Collected data entries:
»»

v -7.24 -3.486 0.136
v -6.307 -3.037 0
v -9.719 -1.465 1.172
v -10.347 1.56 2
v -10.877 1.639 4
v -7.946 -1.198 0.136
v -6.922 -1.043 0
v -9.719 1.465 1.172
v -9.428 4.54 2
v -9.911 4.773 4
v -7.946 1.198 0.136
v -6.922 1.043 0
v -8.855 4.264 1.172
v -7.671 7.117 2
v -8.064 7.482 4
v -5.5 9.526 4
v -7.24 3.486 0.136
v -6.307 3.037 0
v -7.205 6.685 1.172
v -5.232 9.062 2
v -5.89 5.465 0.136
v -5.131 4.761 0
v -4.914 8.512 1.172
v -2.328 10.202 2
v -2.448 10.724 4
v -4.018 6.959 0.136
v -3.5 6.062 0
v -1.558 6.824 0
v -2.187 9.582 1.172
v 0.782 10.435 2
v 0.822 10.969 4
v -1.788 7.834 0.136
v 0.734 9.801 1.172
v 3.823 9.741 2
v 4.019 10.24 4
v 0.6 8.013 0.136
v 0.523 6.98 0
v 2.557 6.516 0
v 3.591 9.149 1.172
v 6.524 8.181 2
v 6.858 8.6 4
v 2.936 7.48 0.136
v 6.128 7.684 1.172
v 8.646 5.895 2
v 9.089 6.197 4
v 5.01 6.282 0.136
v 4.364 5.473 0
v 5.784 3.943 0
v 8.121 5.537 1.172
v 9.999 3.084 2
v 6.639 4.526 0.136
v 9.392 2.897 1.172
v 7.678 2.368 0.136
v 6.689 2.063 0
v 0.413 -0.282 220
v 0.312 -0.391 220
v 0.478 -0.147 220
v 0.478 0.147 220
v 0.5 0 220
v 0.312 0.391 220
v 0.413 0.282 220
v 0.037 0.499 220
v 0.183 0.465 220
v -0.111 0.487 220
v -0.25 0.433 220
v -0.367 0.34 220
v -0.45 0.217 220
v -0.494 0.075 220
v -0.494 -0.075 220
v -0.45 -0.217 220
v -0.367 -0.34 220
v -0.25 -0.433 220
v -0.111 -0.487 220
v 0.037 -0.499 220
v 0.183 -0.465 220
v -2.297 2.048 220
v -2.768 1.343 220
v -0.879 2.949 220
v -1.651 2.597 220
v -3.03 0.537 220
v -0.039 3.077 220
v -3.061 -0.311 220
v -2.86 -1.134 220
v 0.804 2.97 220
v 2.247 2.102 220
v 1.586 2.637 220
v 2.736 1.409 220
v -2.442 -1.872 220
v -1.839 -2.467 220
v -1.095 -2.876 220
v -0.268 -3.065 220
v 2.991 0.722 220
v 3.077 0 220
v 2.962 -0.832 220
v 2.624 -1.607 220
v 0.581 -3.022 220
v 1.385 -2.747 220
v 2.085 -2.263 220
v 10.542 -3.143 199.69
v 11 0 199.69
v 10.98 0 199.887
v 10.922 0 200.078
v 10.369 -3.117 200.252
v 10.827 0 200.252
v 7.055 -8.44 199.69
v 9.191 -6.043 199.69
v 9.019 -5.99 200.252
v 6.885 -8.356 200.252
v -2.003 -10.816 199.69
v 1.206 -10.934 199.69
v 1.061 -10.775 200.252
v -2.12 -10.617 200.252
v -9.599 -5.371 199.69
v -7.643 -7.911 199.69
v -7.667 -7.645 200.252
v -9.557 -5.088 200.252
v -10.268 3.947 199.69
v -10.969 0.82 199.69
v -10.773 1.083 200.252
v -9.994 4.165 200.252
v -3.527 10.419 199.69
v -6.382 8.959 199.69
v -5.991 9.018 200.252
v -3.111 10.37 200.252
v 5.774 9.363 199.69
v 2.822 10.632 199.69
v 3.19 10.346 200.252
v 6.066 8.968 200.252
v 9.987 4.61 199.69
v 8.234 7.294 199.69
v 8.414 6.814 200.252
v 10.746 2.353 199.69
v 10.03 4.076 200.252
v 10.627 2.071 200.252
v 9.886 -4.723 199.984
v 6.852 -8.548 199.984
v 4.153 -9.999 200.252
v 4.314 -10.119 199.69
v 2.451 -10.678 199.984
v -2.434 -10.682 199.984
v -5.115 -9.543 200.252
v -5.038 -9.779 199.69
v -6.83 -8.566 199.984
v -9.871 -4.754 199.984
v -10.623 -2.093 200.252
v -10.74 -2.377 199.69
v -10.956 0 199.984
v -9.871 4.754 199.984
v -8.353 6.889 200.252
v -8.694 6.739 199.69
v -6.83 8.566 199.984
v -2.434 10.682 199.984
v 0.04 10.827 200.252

««

Assignment — Your answer should consist only of the lines above between the line holding "v -0.039 3.077 220" and the line holding "v -9.994 4.165 200.252", inclusive, each transcribed exactly.

Result of the exercise —
v -0.039 3.077 220
v -3.061 -0.311 220
v -2.86 -1.134 220
v 0.804 2.97 220
v 2.247 2.102 220
v 1.586 2.637 220
v 2.736 1.409 220
v -2.442 -1.872 220
v -1.839 -2.467 220
v -1.095 -2.876 220
v -0.268 -3.065 220
v 2.991 0.722 220
v 3.077 0 220
v 2.962 -0.832 220
v 2.624 -1.607 220
v 0.581 -3.022 220
v 1.385 -2.747 220
v 2.085 -2.263 220
v 10.542 -3.143 199.69
v 11 0 199.69
v 10.98 0 199.887
v 10.922 0 200.078
v 10.369 -3.117 200.252
v 10.827 0 200.252
v 7.055 -8.44 199.69
v 9.191 -6.043 199.69
v 9.019 -5.99 200.252
v 6.885 -8.356 200.252
v -2.003 -10.816 199.69
v 1.206 -10.934 199.69
v 1.061 -10.775 200.252
v -2.12 -10.617 200.252
v -9.599 -5.371 199.69
v -7.643 -7.911 199.69
v -7.667 -7.645 200.252
v -9.557 -5.088 200.252
v -10.268 3.947 199.69
v -10.969 0.82 199.69
v -10.773 1.083 200.252
v -9.994 4.165 200.252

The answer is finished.